“No hago películas para hacer obras de arte. Ruedo películas para poder pagar las facturas”. Así se despachaba en uno de sus clásicos comentarios el eminente John Ford. Quizá por esa falta de pretensiones que siempre le acompañó colmó las pantallas de séptimo arte, al contrario que otros obsesionados con alcanzar algo sublime y que se estancan en la mediocridad. John Ford fue un magnífico director de cine, pero también alguien en peligro de extinción en nuestro tiempo: una persona humilde.
Estamos rodeados de ególatras. Será el marketing, las redes sociales, la propagación del individualismo frente al colectivismo… No lo sé. Pero de lo que no hay duda es de que no cabe un Narciso más entre nosotros. “Darse importancia” se ha convertido en el deporte favorito de una sociedad en búsqueda permanente de rumbo.
Maestros como Ford son hoy más necesarios que nunca. “Ha dicho usted que alguien me había definido como el gran poeta de la epopeya del Oeste, y yo no sé qué es eso. Yo diría que es una gilipollez”, apuntó en una ocasión. Este mismo sábado se celebran los Goya, y no esperen ninguna declaración en este sentido fordiano: “Nunca pensé en lo que hacía en términos de arte, o esto es grande o estremecedor, o cosas por el estilo. Para mí siempre fue un trabajo”.
Más bien al contrario. Nos saturarán con discursos no ya políticos, sino trascendentales, en ese inevitable tic del artista de sentirse el ombligo del mundo. Como Eduardo Casanova pidiendo que se gaste más dinero público en subvencionar películas españolas mientras se sigue sin aprobar una ley que de apoyo económico a los enfermos de ELA.
A medida que los directores aspiran a ser más que nunca artistas, las plataformas y salas de cine se colman cada vez más de productos inentendibles para torturar a los cada vez más exiguos espectadores del séptimo arte. Sí, John Ford hace mucha falta hoy en día, porque sobra prepotencia y narcisimo.
En el libro sobre John Ford de Peter Bogdanovich, editado en España por Hatari Books, le pregunta:
-Su imagen del Oeste, con los años, se ha ido haciendo cada vez más triste…
-Quizá, no lo sé; no soy psicólogo. A lo mejor es que estoy envejeciendo.
John Ford tiene algo de Miguel de Cervantes. Solo quien dio a luz a la gran obra maestra de la Historia de la Literatura podía comenzar el prólogo de la misma apelando a su falta de talento: “¿Qué podía engendrar el estéril y mal cultivado ingenio mío sino la historia de un hijo seco, avellanado, antojadizo y lleno de pensamientos varios…?”.

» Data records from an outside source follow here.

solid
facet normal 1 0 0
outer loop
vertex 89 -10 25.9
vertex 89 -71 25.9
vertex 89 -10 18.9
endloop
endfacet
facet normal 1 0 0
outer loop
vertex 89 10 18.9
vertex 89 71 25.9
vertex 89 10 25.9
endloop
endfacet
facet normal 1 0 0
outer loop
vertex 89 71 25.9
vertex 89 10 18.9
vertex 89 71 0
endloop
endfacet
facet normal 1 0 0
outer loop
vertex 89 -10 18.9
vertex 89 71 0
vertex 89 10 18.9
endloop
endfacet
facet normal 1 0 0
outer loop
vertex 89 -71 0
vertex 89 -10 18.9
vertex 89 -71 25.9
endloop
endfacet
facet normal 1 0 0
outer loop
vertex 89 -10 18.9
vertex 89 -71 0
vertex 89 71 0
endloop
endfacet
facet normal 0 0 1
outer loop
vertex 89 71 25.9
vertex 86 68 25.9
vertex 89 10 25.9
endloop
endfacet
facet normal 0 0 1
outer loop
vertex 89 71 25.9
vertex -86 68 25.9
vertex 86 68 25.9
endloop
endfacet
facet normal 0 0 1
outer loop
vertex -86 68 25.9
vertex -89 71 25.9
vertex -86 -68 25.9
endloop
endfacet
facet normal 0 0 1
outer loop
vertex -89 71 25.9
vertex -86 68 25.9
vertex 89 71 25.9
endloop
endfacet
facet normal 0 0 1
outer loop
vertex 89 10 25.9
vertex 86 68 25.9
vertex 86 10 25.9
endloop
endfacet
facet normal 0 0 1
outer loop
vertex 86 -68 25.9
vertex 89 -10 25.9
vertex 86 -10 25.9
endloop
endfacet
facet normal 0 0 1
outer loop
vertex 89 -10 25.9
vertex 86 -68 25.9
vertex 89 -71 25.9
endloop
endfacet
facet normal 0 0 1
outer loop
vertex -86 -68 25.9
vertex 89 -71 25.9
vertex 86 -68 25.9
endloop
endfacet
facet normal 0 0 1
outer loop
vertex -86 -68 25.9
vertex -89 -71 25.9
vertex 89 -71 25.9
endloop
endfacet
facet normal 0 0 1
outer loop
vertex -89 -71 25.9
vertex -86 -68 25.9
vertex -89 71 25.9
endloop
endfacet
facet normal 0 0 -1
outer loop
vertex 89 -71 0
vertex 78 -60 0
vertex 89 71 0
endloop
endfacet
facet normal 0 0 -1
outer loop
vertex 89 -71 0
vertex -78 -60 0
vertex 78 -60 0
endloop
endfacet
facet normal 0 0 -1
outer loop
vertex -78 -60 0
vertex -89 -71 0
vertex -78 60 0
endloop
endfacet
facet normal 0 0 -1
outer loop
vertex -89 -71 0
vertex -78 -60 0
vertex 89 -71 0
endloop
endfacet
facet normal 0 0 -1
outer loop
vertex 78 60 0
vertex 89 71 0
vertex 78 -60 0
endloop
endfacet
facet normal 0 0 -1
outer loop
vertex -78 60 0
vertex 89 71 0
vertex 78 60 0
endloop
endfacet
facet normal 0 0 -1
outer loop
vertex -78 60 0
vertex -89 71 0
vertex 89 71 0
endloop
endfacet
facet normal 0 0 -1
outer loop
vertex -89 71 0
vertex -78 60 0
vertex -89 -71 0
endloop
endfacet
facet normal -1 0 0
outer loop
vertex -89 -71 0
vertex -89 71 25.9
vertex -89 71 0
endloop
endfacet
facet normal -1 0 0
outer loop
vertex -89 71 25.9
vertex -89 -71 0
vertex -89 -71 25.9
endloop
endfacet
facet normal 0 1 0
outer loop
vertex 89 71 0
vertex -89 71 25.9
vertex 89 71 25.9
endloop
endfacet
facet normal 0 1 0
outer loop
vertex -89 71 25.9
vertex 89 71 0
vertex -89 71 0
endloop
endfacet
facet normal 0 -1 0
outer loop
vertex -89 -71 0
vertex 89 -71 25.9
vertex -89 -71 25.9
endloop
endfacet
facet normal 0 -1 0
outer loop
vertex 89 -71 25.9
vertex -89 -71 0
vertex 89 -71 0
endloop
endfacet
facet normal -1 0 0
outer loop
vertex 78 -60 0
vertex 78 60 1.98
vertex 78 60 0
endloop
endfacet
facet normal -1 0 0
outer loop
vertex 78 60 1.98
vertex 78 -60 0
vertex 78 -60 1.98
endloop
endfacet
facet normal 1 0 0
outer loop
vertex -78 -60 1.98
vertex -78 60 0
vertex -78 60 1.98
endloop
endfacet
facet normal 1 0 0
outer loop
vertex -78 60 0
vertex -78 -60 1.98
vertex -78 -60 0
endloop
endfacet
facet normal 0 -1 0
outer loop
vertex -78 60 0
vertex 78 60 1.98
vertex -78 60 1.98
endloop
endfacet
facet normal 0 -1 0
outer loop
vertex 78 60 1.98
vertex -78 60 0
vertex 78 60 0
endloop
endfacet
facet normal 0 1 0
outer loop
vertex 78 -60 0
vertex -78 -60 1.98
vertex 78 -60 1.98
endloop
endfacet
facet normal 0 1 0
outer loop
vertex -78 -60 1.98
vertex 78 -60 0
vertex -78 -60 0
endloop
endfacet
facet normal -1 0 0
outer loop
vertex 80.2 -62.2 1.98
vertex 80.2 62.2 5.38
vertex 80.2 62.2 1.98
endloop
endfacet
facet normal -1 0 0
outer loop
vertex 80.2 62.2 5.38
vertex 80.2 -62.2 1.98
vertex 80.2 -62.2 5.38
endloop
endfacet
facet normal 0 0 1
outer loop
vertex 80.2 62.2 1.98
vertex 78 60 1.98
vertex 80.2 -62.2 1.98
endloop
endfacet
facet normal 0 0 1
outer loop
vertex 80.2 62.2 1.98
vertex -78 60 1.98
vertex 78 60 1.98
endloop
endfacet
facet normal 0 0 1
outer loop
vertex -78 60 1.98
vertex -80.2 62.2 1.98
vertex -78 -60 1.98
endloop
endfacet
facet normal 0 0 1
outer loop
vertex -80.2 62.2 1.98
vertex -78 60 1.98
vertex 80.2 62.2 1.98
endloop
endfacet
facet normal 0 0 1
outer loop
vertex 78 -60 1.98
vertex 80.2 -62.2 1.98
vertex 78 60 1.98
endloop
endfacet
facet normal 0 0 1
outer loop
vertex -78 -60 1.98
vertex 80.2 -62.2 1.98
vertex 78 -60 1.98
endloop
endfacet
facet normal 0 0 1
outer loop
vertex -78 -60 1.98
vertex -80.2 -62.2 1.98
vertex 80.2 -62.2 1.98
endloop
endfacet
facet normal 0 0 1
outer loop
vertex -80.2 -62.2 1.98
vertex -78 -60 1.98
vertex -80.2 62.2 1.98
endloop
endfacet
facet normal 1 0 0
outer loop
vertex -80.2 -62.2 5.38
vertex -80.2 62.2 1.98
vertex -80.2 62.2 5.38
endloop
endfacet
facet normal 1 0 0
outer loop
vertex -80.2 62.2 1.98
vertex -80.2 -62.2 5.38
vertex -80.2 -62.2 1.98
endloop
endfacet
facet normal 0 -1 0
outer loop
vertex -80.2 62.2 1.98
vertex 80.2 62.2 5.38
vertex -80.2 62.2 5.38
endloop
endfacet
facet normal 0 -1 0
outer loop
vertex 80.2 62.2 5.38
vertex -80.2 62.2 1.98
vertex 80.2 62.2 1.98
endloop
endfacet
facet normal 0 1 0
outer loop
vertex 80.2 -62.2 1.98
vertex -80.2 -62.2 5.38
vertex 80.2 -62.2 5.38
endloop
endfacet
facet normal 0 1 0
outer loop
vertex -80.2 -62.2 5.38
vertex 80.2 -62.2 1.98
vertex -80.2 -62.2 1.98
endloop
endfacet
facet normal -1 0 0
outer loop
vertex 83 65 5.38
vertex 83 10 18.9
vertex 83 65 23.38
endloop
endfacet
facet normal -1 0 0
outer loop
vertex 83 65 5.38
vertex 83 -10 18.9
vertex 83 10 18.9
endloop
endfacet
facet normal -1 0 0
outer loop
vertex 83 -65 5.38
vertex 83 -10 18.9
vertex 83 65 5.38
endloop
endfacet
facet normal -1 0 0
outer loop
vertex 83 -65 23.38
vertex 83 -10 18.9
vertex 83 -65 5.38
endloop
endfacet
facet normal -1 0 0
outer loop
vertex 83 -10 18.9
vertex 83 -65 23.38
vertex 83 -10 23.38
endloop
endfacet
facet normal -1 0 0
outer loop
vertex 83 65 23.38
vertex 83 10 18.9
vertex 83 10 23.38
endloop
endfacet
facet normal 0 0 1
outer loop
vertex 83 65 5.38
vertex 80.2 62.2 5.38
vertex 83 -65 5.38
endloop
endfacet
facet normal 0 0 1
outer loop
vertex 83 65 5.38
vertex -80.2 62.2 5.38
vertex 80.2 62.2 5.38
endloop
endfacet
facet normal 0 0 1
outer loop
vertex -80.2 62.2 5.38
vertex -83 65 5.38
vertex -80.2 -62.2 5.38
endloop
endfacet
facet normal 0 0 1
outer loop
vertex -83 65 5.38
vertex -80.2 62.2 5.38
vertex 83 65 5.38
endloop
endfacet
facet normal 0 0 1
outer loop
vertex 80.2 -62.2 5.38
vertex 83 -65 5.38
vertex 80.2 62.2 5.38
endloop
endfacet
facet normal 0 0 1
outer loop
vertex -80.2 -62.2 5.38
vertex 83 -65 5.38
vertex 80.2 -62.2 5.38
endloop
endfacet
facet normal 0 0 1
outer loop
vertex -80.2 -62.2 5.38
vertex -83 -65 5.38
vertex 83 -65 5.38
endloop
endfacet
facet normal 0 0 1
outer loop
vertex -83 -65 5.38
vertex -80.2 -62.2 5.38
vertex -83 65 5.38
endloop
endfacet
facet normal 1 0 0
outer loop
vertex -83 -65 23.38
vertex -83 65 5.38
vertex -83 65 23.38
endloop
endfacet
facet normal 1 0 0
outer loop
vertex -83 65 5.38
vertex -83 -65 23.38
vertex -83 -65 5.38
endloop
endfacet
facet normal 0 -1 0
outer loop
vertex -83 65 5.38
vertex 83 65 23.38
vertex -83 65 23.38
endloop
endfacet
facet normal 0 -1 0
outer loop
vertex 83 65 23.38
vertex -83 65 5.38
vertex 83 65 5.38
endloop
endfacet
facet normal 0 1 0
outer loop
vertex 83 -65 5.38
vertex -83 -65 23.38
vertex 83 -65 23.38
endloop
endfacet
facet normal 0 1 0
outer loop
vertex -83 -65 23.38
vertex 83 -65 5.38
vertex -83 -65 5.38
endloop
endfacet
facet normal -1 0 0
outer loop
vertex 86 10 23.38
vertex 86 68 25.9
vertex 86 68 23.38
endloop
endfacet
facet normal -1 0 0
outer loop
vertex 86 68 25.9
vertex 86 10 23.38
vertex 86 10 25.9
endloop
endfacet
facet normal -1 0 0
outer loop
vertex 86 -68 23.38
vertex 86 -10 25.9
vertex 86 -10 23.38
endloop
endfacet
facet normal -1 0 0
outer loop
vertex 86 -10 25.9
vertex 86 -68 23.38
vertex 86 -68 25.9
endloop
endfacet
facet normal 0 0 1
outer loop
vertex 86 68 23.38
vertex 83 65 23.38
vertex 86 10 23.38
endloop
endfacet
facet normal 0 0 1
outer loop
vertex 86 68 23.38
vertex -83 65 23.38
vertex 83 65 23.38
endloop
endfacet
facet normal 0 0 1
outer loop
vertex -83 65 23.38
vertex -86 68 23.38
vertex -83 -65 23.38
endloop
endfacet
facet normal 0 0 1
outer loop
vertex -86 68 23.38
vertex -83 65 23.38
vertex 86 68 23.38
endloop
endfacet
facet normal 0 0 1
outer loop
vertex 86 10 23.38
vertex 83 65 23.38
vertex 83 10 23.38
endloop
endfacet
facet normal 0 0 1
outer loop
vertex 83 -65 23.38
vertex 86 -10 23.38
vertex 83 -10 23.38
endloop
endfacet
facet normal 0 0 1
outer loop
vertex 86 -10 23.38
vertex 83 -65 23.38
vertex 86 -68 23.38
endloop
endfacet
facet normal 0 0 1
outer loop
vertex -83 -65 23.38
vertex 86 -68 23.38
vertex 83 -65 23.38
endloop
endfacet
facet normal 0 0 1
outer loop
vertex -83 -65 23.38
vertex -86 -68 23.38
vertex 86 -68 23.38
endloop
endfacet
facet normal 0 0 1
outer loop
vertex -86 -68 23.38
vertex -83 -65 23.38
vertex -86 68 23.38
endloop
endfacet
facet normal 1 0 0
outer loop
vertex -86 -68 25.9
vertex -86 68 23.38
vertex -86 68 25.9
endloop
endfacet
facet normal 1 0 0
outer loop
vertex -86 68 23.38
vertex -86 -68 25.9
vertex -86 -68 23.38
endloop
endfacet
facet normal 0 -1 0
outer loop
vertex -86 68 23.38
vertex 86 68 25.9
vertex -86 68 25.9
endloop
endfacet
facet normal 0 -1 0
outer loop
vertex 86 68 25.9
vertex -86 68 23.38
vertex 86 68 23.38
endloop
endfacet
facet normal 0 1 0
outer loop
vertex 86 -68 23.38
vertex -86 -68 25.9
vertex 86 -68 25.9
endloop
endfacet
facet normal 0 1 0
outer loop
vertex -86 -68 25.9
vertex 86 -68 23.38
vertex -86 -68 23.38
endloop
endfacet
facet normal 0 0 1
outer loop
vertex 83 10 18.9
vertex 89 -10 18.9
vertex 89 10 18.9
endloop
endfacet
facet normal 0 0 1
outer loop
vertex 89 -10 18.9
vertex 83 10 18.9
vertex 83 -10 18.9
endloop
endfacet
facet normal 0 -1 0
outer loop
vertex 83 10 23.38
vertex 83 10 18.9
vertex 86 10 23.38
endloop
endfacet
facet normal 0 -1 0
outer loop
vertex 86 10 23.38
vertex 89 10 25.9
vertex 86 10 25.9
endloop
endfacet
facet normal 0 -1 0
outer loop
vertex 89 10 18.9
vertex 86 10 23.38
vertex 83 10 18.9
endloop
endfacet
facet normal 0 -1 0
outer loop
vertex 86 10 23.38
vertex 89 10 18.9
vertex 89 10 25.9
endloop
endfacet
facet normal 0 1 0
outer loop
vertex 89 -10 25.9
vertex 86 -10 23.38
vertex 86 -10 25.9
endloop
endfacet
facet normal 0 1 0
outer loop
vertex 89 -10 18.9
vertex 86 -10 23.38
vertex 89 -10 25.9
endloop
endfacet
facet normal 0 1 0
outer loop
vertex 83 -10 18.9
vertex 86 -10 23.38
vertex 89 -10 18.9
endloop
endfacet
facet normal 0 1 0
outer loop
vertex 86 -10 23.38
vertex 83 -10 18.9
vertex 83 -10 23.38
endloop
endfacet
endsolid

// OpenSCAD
// Caixa paramétrica para litofania 160 x 124 x 3 mm.
// Conceito V5 aprovado; dimensões do LED/USB ainda são provisórias.
// Imprimir body com a frente em Z=0, lid e retainer com a face plana em Z=0.

part = "body"; // body, lid, retainer, assembly
$fn = 48;

// Elementos medidos e dimensões propostas (mm)
litho_w = 160;
litho_h = 124;
litho_t = 3;
outer_w = 178;
outer_h = 142;
front_window_w = 156;
front_window_h = 120;
front_lip_t = 2;
litho_xy_clearance = 0.2; // por lado
litho_z_clearance = 0.4;
inner_w = 166;
inner_h = 130;
rear_seat_w = 172;
rear_seat_h = 136;
rear_seat_depth = 2.5;
rear_lid_xy_clearance = 0.2; // por lado
rear_lid_t = 2.4;
light_gap = 15; // verso da litofania ate face emissora do LED
led_total_thickness = 3; // AJUSTAR apos medir LED + difusor
retainer_t = 1.8;
retainer_xy_clearance = 0.2; // por lado

// A USB-C esta no centro da extremidade curta do PCB, lado direito.
usb_notch_width_y = 20; // AJUSTAR a ficha real
usb_notch_start_x = 76; // relativo ao centro da placa
usb_body_notch_from_back = 7; // AJUSTAR a altura da porta

litho_pocket_w = litho_w + 2*litho_xy_clearance;
litho_pocket_h = litho_h + 2*litho_xy_clearance;
litho_pocket_d = litho_t + litho_z_clearance;
panel_back_z = front_lip_t + litho_pocket_d;
body_depth = panel_back_z + light_gap + led_total_thickness + rear_seat_depth;
seat_start_z = body_depth - rear_seat_depth;
rear_lid_w = rear_seat_w - 2*rear_lid_xy_clearance;
rear_lid_h = rear_seat_h - 2*rear_lid_xy_clearance;
retainer_w = inner_w - 2*retainer_xy_clearance;
retainer_h = inner_h - 2*retainer_xy_clearance;
eps = 0.02;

No son tiempos para los humildes, pero los humildes seguirán marcando el destino de los tiempos. En un acto que cubrí recientemente para el periódico, uno de los asistentes se acercó para darme la enhorabuena y mostrar su admiración por mi trabajo. Había quedado muy impactado por la velocidad de mi mecanografía, y apuntó que él era torpe para esos menesteres. Le di las gracias y me dio su nombre. Poco después descubrí que aquel hombre era un eminente científico que incluso había llegado a presidir la Real Academia de Ciencias Exactas, Físicas y Naturales. Que alguien tan honorable valorase en algo a un juntaletras como yo me conmovió.
El espíritu de John Ford sigue impregnando ámbitos de la sociedad. Está en aquel científico, pero también en la amiga de mi madre –a quien todos llaman ‘la titi’ en el pueblo. Es quien regenta uno de los pocos bares que quedan y todos los domingos prepara una paella que goza de gran éxito. Cuando murió mi tío, tuvo el detalle de llevarnos la paella para que mis abuelos y la familia comieran sin tener que cocinar aquel día. Lo hizo sin darse importancia. Sin ni siquiera entrar en casa. Llamó a mi madre, se la entregó en la calle, casi a hurtadillas y se marchó.
Este mundo necesita más John Ford, más gente que no se da importancia, más actos nobles en la oscuridad y menos mediocres en primera plana.